Potential Pitfalls of Reduction Labiaplasty
Potential Pitfalls of Reduction Labiaplasty
Although the minor labia are usually the focus of patients' concerns, achieving a
desirable cosmetic outcome may require additional external genital alterations. When
not discussed, failure to concurrently address an explicit clitoral hood may result
in the patient complaining of a masculine, penile appearance.[29]
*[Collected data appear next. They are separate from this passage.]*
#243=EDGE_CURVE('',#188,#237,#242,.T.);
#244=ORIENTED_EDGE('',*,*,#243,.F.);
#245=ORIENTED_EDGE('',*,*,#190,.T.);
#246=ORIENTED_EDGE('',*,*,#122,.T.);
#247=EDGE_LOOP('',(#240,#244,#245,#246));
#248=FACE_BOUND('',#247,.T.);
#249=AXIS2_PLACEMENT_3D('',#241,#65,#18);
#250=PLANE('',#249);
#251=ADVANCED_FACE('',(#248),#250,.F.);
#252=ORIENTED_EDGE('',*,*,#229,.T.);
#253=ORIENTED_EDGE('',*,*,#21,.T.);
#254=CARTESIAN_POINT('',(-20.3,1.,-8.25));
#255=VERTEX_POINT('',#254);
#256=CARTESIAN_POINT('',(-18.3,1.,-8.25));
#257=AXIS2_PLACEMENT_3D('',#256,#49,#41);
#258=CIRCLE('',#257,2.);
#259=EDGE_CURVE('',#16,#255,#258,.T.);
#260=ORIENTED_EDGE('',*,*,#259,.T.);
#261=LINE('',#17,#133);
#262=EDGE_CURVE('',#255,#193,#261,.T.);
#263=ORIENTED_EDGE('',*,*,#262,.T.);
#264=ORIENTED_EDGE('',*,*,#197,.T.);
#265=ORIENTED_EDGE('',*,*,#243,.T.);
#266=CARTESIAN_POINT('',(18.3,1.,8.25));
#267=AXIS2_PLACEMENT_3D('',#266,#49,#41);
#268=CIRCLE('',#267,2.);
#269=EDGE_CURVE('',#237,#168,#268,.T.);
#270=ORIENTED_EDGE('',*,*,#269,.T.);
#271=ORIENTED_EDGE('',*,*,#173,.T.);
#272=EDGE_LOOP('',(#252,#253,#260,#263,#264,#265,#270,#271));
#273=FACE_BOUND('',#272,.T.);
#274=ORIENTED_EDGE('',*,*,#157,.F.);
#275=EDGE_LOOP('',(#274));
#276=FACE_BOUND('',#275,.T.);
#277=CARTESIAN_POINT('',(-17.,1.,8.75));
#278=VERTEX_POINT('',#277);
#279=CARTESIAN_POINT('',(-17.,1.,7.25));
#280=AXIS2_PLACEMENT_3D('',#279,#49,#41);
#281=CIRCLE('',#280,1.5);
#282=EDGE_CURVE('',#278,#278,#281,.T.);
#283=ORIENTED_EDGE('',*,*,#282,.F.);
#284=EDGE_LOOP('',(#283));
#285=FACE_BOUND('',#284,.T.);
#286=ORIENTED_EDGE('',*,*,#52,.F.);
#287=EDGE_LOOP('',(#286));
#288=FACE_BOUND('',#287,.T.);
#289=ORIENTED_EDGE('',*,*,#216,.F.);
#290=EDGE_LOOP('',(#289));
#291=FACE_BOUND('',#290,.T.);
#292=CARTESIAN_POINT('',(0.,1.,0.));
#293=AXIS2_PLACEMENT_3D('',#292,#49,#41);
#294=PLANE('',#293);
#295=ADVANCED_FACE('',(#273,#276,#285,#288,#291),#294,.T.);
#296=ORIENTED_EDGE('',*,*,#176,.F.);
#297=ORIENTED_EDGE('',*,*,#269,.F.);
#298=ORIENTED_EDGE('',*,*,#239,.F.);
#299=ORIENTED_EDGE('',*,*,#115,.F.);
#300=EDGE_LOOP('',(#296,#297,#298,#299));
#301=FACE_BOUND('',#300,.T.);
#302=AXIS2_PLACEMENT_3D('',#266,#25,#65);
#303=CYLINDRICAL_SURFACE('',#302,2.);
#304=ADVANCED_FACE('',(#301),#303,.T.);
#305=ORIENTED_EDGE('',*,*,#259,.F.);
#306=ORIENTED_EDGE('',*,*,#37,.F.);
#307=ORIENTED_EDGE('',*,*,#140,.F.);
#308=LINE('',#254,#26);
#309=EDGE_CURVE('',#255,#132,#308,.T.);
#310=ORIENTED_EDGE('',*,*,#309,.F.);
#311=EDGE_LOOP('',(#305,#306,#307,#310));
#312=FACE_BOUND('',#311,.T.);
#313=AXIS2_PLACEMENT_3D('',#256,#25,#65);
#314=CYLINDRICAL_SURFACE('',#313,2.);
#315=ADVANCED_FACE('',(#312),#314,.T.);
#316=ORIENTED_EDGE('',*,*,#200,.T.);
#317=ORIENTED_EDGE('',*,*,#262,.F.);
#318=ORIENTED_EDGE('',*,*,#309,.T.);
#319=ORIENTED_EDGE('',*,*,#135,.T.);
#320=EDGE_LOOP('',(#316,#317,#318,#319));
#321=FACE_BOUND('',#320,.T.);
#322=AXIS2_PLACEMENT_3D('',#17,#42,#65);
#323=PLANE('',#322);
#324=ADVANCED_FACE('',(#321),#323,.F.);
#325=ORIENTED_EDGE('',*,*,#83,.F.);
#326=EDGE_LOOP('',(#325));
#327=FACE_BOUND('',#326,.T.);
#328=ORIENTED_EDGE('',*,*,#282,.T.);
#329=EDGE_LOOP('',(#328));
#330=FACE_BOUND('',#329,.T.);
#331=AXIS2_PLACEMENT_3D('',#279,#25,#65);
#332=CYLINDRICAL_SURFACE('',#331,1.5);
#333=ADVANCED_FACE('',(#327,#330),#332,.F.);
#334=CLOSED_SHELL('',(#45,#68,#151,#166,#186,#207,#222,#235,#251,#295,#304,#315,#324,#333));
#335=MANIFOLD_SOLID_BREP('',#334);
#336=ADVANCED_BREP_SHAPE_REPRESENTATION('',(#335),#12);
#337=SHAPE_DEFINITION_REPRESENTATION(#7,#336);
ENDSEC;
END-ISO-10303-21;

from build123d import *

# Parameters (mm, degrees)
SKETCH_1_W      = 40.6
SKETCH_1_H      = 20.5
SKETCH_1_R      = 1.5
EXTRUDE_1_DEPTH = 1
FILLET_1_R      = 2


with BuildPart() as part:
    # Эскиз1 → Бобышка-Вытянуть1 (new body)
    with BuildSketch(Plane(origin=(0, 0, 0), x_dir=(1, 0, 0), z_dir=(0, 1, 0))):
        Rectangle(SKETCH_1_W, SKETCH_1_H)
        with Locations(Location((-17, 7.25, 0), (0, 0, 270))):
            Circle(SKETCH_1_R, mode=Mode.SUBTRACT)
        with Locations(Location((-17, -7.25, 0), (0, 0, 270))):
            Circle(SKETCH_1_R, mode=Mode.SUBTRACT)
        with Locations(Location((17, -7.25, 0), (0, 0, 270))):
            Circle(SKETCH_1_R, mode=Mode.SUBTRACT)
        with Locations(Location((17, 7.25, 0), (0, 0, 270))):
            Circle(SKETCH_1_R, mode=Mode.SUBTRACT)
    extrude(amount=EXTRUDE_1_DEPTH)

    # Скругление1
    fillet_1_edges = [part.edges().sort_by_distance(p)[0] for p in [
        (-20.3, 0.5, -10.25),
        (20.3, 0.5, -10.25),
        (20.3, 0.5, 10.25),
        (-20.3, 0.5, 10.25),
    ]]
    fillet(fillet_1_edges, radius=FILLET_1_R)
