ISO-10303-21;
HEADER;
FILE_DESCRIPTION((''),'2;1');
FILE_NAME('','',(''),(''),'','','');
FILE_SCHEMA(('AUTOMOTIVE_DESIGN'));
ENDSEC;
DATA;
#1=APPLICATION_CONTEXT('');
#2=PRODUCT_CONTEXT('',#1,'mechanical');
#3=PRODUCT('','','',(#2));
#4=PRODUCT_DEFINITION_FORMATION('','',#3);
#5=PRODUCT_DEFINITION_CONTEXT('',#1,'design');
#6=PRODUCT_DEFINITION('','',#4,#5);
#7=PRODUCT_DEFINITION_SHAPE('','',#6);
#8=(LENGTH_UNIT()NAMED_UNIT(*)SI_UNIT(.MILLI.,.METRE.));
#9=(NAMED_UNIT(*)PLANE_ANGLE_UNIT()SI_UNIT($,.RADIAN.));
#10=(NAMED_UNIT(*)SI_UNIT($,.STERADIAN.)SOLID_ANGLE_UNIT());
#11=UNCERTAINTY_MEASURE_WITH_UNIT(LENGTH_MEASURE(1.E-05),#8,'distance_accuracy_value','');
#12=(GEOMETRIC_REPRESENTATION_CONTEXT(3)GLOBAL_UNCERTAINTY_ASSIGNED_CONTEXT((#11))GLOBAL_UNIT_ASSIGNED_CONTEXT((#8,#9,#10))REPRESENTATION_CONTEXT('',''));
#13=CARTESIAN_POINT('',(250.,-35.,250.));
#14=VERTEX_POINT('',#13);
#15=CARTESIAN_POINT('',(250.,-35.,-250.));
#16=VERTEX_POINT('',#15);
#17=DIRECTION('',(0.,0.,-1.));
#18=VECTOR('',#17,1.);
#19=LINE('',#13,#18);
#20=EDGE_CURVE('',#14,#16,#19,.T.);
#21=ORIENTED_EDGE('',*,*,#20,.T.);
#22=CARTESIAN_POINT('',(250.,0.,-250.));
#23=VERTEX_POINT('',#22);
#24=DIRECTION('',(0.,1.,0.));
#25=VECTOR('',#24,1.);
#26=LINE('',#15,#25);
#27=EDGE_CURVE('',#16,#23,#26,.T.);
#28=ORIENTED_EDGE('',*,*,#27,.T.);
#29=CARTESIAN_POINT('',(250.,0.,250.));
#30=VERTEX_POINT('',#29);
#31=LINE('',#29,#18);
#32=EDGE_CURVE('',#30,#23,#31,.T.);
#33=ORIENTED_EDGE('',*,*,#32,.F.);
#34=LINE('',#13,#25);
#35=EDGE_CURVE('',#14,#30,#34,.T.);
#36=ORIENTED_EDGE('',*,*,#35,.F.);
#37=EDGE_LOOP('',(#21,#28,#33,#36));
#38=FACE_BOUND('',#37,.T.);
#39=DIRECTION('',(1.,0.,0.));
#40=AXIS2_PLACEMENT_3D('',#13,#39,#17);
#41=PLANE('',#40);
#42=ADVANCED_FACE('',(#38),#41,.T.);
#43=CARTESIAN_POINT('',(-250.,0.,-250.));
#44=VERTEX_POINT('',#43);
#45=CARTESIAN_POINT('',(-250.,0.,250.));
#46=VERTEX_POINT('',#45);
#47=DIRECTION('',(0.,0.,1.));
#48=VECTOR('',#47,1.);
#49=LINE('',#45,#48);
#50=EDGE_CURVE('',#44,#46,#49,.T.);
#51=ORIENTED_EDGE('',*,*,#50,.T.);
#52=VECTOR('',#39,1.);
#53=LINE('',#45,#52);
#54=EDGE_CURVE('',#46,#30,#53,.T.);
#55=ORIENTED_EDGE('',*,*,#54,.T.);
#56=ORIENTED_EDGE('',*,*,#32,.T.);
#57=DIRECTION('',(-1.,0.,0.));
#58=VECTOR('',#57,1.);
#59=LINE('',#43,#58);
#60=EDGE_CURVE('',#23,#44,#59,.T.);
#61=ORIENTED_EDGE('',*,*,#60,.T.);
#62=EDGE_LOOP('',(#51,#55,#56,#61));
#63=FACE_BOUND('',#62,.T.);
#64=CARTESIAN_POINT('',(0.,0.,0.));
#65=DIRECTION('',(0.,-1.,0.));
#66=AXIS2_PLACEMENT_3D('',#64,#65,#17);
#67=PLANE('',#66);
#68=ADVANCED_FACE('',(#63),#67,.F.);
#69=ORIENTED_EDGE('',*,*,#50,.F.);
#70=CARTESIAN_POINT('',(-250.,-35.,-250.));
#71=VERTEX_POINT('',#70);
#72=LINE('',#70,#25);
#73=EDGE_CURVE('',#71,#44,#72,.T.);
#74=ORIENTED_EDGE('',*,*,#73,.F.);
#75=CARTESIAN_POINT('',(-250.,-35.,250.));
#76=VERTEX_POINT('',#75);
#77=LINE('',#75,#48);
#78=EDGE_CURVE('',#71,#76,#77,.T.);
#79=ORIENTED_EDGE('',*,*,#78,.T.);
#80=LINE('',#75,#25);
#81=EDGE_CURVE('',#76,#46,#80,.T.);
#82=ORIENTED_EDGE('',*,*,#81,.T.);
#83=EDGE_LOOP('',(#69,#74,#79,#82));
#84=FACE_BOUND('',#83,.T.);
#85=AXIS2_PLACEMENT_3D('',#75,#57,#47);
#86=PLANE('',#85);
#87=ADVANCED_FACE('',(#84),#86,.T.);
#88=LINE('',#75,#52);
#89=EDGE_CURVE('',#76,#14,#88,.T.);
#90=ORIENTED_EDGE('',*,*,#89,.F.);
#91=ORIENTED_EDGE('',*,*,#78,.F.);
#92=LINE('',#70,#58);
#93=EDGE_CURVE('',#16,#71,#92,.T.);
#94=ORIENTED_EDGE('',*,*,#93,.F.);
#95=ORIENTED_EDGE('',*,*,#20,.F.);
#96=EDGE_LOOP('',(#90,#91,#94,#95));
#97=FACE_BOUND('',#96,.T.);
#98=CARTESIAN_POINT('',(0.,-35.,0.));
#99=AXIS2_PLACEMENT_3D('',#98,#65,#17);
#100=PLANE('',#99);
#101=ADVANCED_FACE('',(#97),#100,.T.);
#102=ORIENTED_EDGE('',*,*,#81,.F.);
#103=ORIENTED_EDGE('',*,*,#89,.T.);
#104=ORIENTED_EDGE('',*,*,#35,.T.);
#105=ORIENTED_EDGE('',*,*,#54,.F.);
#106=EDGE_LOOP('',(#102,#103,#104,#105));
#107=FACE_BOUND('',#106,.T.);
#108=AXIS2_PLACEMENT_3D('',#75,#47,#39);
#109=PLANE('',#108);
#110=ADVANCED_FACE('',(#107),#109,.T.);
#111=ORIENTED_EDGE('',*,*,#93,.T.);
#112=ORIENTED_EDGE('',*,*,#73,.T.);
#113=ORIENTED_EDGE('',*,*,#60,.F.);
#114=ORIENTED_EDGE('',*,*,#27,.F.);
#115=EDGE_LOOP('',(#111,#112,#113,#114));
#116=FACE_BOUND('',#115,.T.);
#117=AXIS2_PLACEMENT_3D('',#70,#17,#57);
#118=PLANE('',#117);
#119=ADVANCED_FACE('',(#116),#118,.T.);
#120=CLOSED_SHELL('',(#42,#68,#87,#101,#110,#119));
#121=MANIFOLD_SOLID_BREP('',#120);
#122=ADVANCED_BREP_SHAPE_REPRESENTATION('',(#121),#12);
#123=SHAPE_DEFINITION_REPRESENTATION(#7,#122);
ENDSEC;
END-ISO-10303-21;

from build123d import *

# Parameters (mm, degrees)
ESQUISSE1_W        = 500
ESQUISSE1_H        = 500
BOSS_EXTRU_1_DEPTH = 35


with BuildPart() as part:
    # Esquisse1 → Boss.-Extru.1 (new body)
    with BuildSketch(Plane(origin=(0, 0, 0), x_dir=(1, 0, 0), z_dir=(0, 1, 0))):
        Rectangle(ESQUISSE1_W, ESQUISSE1_H)
    extrude(amount=-BOSS_EXTRU_1_DEPTH)


solid = part.part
[40] On the other hand, unsolicited concurrent reduction in the clitoral hood or posterior
fourchette may result in aesthetic disappointment or, worse, in complaints or disorders
of sexual function. Hence, it is wise to evaluate the entire anatomic region—minor
labia, major labia, clitoral hood, perineum, and mons pubis—during the consultation
of women seeking labiaplasties.[24]
[29] Any involvement of the clitoral prepuce and posterior fourchette, in particular,
needs to be considered preoperatively. Reduction in the prepuce may be achieved by
separate longitudinal,[17] transverse,[29] or combined longitudinal and transverse resections,[42] or by extension of the design of reduction of the lateral labial aspect toward the
prepuce.[13]
[28]
[29] Even though some authors record that reduction in the fourchette can be performed
equally simple by direct resection,[10]
[17]
[18] others regard the fourchette a surgical no go area.[11]
[20]
[30]
[46] We consider fourchette trimming to feature the risk of contracture of a scar that
crosses transversely over the posterior introitus which, in turn, may obliterate the
introitus. Therefore, we advocate including multiple Z-plasties when preforming posterior
fourchette trimming.
Future Perspectives and Conclusion
Future Perspectives and Conclusion
Future algorithms may be additionally proposed for the assessment and treatment of
the other female genital structures. Still, the decision on technique for the reduction
in the labium proper can best be reached separately from considerations regarding
the other aspects of female genital aesthetic surgery. We feel that the five steps
to be considered and the inclusion of modifications of all three conventional reduction
techniques in the algorithm offer an improvement over previously presented algorithms.